Tuesday, June 21, 2016

Exotica and the comforting presence of primitive religion

"No anthropologist, observing a community in which the tenets of religion have taken root, would wish to disabuse his tribe of their sacred rites and stories. It is only those brought up in faith who feel the impulse, on losing it, to ruin the faith of others."
That's Roger Scruton from An Intelligent Person's Guide to Modern Culture. Casanova made more or less the same argument against Voltaire. He believed, and told Voltaire, that rather than abolishing superstition a proper philosopher would have remained silent on the subject. Wittgenstein made similar aruments.

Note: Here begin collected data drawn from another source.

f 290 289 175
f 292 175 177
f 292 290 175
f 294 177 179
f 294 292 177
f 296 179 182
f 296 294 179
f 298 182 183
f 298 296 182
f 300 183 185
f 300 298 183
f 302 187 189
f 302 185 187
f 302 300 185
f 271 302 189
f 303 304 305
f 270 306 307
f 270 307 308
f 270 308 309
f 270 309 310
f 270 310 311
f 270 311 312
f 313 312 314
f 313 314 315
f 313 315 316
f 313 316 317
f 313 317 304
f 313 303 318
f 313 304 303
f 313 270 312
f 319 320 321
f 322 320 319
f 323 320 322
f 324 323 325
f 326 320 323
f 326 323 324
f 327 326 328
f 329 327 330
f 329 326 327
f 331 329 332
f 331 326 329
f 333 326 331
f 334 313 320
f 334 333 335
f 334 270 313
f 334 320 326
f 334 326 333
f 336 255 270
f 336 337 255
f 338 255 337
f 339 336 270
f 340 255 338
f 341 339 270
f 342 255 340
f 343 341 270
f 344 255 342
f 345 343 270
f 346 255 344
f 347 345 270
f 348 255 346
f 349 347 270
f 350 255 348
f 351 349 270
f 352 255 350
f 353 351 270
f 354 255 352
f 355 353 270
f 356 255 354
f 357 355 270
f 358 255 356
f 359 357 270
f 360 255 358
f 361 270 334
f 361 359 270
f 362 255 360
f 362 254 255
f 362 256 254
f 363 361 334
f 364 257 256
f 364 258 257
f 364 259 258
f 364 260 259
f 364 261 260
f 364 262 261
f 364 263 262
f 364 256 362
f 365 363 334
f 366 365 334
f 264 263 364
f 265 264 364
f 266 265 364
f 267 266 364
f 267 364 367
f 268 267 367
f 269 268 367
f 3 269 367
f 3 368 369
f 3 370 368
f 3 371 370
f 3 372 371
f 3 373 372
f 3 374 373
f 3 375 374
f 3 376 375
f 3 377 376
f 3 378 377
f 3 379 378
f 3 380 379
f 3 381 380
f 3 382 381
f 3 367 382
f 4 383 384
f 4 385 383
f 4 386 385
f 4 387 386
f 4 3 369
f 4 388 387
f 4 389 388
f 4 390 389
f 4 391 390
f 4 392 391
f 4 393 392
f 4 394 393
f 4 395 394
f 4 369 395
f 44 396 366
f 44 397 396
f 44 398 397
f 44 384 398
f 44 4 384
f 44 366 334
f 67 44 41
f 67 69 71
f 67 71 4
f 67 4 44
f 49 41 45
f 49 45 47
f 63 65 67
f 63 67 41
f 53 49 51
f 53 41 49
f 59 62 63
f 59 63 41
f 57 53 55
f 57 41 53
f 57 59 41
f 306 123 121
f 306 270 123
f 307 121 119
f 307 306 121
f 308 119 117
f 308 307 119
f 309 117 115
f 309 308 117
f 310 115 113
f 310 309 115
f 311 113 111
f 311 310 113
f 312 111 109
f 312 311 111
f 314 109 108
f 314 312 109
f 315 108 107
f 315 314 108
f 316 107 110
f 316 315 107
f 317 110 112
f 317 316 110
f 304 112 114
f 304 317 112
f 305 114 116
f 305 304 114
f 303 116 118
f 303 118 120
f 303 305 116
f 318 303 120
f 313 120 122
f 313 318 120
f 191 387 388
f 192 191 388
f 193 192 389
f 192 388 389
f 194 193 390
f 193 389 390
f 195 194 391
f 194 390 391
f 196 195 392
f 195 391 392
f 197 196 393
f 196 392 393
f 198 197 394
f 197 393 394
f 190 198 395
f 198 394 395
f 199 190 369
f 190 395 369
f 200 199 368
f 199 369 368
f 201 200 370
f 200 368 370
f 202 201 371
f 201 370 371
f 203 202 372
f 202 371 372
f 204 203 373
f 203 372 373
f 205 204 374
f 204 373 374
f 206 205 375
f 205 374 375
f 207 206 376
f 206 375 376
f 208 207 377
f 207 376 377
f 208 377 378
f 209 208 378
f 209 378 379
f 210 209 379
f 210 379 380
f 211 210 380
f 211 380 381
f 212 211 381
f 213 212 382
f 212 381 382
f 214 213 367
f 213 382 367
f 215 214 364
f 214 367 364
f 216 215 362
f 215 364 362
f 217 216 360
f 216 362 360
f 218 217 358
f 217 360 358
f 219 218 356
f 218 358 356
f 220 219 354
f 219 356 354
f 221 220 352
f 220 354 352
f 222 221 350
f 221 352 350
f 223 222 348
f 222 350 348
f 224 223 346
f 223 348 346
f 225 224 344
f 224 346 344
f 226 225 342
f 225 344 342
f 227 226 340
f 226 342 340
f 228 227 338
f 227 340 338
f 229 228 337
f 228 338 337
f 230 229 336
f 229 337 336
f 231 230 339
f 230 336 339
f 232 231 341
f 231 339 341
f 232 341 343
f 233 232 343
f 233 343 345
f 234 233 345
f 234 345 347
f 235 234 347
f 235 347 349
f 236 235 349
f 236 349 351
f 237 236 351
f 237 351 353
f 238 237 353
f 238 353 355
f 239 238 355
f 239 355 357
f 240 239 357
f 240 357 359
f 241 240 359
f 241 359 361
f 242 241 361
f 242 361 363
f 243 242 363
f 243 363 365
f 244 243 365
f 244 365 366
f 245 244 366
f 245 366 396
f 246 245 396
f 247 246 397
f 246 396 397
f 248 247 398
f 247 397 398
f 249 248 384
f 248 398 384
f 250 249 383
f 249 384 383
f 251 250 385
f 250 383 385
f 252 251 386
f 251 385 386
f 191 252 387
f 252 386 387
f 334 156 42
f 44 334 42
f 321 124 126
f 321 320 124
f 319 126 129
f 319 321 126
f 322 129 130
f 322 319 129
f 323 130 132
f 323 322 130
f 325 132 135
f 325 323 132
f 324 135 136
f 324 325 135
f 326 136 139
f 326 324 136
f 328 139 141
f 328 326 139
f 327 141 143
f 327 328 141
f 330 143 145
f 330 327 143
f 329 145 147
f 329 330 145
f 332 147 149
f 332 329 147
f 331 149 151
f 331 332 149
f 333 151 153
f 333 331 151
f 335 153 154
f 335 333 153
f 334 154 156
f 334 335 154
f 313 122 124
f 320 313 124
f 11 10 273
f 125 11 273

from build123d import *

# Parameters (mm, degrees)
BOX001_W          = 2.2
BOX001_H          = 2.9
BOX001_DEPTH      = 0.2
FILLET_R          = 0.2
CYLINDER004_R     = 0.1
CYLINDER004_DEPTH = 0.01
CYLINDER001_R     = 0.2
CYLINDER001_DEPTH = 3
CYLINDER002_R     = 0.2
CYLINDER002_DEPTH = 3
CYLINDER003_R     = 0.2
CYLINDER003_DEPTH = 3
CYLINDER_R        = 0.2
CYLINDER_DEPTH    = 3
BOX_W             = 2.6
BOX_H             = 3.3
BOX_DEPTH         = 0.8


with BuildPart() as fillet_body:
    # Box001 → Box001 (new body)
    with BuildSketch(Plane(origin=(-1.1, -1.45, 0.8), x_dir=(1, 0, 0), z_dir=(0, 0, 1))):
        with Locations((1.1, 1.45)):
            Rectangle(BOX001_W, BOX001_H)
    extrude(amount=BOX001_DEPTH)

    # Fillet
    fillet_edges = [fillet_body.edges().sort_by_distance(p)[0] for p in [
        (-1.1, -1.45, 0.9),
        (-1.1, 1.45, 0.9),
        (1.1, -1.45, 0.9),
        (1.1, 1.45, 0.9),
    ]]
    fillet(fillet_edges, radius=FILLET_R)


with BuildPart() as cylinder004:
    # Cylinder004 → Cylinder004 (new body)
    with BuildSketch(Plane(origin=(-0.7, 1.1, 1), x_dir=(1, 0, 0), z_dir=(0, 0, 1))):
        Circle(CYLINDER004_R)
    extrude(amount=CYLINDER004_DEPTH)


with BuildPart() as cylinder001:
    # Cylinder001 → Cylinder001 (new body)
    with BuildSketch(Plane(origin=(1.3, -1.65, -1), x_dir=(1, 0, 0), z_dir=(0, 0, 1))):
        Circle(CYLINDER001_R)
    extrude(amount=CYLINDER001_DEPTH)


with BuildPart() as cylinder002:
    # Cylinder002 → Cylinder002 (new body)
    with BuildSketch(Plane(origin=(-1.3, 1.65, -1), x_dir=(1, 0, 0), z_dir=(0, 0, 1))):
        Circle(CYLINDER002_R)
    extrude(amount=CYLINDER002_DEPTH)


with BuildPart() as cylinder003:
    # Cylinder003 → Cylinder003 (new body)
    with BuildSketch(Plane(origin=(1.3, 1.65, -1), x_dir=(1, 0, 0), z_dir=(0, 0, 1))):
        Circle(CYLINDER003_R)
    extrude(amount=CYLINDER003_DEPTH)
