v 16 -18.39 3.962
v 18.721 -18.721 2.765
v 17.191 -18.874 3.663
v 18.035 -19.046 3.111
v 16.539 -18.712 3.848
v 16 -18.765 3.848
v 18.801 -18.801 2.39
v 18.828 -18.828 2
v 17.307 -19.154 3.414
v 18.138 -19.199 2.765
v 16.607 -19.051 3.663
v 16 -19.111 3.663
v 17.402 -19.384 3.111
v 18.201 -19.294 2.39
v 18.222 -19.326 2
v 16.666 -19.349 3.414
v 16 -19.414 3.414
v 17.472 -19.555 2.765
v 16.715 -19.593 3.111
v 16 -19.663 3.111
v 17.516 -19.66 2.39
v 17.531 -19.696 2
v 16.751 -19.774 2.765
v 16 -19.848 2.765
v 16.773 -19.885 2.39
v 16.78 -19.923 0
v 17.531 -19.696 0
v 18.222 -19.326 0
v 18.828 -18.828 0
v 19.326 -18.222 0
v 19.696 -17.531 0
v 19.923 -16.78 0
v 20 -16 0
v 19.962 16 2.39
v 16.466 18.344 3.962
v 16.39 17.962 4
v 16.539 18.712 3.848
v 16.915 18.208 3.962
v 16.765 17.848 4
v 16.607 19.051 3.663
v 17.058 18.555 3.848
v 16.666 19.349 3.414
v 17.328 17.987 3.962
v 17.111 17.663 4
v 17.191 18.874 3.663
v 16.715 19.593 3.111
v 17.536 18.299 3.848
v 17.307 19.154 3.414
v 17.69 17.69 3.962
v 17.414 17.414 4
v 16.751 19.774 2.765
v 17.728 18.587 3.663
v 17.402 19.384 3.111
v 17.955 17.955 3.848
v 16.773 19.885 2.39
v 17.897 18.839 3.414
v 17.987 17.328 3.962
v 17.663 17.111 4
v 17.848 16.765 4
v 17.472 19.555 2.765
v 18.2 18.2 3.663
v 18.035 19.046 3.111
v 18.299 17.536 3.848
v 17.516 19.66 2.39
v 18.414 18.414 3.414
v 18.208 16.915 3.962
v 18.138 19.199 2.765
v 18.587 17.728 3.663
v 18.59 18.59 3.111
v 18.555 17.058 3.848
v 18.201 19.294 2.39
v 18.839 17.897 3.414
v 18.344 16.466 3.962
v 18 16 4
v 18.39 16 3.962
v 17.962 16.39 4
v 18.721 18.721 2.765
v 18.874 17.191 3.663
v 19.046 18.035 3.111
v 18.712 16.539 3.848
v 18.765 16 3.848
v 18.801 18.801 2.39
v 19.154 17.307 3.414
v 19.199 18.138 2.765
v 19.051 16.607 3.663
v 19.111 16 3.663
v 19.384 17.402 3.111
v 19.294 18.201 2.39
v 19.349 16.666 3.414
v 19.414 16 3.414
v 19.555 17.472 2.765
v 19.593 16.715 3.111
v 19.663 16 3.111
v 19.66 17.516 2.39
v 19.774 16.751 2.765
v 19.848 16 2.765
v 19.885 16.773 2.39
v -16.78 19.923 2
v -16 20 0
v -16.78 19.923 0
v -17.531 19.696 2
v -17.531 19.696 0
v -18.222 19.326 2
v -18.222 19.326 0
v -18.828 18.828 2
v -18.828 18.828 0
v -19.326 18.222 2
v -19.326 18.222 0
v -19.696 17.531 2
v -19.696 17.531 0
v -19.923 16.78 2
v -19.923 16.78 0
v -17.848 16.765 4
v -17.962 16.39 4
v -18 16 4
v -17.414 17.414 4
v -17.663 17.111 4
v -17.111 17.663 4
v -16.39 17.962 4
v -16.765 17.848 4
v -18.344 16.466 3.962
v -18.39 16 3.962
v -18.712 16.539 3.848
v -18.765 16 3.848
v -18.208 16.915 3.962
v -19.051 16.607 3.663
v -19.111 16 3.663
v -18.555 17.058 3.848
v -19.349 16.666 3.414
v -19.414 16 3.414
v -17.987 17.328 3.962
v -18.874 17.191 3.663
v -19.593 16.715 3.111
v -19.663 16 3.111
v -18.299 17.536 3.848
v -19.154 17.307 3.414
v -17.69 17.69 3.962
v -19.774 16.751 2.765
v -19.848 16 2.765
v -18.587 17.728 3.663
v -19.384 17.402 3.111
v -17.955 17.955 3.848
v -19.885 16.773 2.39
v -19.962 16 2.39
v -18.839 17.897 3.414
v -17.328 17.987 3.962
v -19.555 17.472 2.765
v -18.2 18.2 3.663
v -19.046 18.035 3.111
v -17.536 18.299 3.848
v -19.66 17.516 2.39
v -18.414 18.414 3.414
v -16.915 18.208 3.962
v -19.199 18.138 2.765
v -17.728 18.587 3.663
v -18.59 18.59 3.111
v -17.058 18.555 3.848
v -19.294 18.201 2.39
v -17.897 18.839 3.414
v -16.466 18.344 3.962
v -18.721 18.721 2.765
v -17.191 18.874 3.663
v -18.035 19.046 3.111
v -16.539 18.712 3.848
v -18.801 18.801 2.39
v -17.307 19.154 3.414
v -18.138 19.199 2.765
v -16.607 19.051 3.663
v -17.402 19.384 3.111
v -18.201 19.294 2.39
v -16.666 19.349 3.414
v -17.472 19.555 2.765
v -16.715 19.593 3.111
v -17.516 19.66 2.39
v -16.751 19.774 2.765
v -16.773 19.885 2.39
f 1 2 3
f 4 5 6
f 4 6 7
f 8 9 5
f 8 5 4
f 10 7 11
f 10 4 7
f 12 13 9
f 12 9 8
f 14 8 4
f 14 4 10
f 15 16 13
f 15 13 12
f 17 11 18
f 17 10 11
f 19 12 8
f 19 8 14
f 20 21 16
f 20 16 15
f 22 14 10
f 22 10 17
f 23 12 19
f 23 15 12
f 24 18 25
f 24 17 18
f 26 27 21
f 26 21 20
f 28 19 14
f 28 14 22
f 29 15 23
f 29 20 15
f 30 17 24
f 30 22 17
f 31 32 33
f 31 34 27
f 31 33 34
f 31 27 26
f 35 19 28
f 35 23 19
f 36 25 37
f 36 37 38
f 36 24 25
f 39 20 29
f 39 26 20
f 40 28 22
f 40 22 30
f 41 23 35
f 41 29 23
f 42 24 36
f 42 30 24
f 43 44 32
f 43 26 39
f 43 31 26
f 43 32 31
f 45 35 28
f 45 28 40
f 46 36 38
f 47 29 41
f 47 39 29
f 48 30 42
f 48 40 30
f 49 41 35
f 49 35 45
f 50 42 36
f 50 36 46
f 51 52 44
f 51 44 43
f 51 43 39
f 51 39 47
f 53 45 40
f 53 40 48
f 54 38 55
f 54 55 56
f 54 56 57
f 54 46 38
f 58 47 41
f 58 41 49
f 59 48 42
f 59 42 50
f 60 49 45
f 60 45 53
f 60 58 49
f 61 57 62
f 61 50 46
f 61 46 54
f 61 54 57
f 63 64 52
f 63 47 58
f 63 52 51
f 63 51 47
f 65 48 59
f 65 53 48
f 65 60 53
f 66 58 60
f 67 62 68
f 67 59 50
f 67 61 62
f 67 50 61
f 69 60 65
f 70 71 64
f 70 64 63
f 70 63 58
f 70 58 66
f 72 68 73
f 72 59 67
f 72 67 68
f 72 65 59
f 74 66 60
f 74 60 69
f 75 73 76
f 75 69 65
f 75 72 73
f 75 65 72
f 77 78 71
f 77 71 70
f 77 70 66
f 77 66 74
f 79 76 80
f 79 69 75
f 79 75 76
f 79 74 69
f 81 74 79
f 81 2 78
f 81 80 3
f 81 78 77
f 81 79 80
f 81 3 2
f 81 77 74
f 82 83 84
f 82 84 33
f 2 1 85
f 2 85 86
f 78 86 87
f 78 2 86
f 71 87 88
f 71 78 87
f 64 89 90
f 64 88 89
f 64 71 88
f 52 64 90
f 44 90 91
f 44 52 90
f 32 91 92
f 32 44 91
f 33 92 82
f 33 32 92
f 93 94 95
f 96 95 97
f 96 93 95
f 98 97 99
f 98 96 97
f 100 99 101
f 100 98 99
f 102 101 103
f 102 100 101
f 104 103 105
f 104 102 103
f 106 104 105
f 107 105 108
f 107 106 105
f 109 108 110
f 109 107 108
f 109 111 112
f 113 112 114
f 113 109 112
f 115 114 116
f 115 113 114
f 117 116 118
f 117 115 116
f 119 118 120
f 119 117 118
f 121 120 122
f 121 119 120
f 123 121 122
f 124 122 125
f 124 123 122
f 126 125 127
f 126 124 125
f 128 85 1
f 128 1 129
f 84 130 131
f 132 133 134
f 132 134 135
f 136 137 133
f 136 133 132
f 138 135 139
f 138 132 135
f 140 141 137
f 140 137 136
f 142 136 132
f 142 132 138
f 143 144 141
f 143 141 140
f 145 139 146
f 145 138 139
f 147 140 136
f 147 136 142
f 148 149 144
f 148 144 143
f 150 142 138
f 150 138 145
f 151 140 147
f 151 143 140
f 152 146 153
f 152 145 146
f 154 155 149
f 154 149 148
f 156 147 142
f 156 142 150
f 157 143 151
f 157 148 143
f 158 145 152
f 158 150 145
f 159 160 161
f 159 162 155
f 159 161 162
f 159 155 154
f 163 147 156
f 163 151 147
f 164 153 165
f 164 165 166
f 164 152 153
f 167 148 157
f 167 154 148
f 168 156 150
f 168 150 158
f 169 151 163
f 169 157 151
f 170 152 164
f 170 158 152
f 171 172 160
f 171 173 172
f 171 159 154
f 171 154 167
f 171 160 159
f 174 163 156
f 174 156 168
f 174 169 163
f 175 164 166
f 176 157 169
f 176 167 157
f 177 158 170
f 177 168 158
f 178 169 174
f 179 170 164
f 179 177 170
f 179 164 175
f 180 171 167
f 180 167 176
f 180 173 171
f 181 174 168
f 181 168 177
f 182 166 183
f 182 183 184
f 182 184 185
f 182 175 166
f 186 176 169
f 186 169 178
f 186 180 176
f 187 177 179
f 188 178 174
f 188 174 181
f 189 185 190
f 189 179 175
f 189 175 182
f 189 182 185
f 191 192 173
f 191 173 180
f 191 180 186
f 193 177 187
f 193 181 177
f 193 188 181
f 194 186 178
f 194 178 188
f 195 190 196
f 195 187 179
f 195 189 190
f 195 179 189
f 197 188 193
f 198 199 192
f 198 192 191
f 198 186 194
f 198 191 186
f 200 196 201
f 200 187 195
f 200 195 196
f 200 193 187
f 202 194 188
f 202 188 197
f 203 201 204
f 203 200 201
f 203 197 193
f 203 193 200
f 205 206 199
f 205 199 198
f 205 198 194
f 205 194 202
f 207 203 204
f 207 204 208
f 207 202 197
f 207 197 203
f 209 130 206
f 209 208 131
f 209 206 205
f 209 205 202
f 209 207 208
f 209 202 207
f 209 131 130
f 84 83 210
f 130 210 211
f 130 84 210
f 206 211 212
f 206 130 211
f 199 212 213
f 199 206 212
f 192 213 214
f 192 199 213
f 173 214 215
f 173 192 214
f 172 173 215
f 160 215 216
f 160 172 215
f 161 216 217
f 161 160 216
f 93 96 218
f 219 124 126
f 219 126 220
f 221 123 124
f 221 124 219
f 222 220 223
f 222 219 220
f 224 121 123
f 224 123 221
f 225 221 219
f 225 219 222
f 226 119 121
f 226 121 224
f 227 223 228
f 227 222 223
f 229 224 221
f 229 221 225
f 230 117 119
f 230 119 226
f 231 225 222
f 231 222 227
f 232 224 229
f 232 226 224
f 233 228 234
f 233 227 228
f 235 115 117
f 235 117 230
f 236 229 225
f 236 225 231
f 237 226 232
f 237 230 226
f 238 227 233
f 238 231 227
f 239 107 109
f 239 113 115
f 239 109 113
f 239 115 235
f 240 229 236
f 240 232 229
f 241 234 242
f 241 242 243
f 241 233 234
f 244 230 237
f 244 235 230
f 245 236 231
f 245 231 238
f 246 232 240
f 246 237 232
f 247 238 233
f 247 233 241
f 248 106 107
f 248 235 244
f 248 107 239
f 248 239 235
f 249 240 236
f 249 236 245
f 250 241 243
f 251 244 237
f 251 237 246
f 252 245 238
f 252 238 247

The opposing view, popular since the Enlightenment, is that it is an act of bravery to shed our sacred rites and stories. This idea has been subject to relatively little scrutiny however. In any case, there are no knock-em-down arguments on either side. The best we can do, as Wittgenstein said, is a sort of propaganda in which both sides seek to remind the other of past weaknesses and failures. In this respect, the Enlightenment view is particularly vulnerable as all past attempts to strip the world clear of the dreams of superstition has tended to produce nightmares much as sterilizing a surface tends to prepare it for new and massive bacterial growth.

So let's put aside conclusive arguments for a while return to the album cover we were looking at yesterday.



Here's what it says about that cover in Mondo Exotica by Francesco Adinolfi:
The splendid album cover designed by William George portrayed a couple dancing among "threatening pagan idols."
But are they threatening? A lot would depend on how you looked at it. For millions of Catholics, the image of the crucified Christ is a source of comfort. That's a bit odd when you consider that it shows us a spectacularly cruel form of capital punishment. It's odd to see the torture and brutal murder of the person you place your hope in as comforting. And the Catholic seeing the crucifixion portrayed knows this. They would insist, in fact, that the spectacular cruelty and seeming hopelessness of the situation portrayed is the very point.

Something similar is happening with this cover. It's an altogether more commonplace instance and the deliberate use of the pejorative term "idols" above tells us that this is intentional. (We don't know who originally said or wrote "threatening pagan idols" as Adinolfi doesn't tell us where he gets this from or why he puts it in quotes.)

And we can grasp the real point of both the cover art and the music if we take the trouble to notice that the couple isn't dancing. It shows us something rather ambiguous: a man who wants to kiss a woman and a woman who isn't certain whether to refuse or accept his kiss. That's something like dancing and virtually all dancing is a ritualized encounter meant to recall such situations.

What will the woman be agreeing to if she accepts his kiss? Well, sex for starters. Perhaps not full sex that night but some sort of sexual interaction is being proposed. But what exactly? This could lead to some more kissing, hugging and squeezing and then never again. Or it might lead to sex. Or it might lead to love or even marriage.

And it's ambiguous both ways. She only knows that he wants to kiss her. She doesn't know what he hopes it will lead to or, to be a bit more prosaic, what he'll settle for.  She also doesn't know what she really hopes it will lead to or, to be a bit more prosaic, what she'll settle for.

Think of how a woman kisses her husband and then think how the same woman, about to begin an affair, kisses the man she will have that affair with for the first time. She might tell herself that the second kiss is "just about sex" but is that ever true? Conversely, she might give her husband a kiss and think to herself, "this is about love and not sex", but is that ever true?

No matter how you cut it, the possibility of a kiss is never the purely rational interaction that Enlightenment thinkers of all eras want us to believe it is. Something more is going on and, if we see things that way, the pagan idols surrounding the couple make perfect sense. They fit the situation not because they bring a threat with them but because they allow us to recognize a threat that exists in the very situation and which threat it is that makes the whole thing so enchanting.

To return to Scruton:
The sexual revolution of modern times has disenchanted the sexual act. Sex has been finally removed from the sacred realm: it has become 'my' affair, in which 'we' no longer show an interest. This de-consecration of the reproductive process is the leading fact of modern culture.
Scruton, however, is guilty of the very thing he accuses the sexual revolution of doing. We see this in his use of the term "the reproductive process". Is there anything more disenchanting that a process? Imagine the couple above thinking to themselves, "I'm engaged in the reproductive process?" As Wittgenstein once said, the parsons are equal partners with the philosophers in doing the "infinite harm" that Enlightenment disenchantment has caused.

Since I must stop somewhere, I'll simply note that Exotica and Tiki culture were an act of rebellion more profound than the rock and roll that followed. What we see here is a movement not to re-enchant the word, for the world can not be disenchanted. Rather, it's a movement to recognize the primitive enchantment that never goes away. It matters little what the original context those "pagan idols" were taken from, nor does it matter who has an authentic right to invoke them. All that matters is what anyone can see in that picture if they are open to it.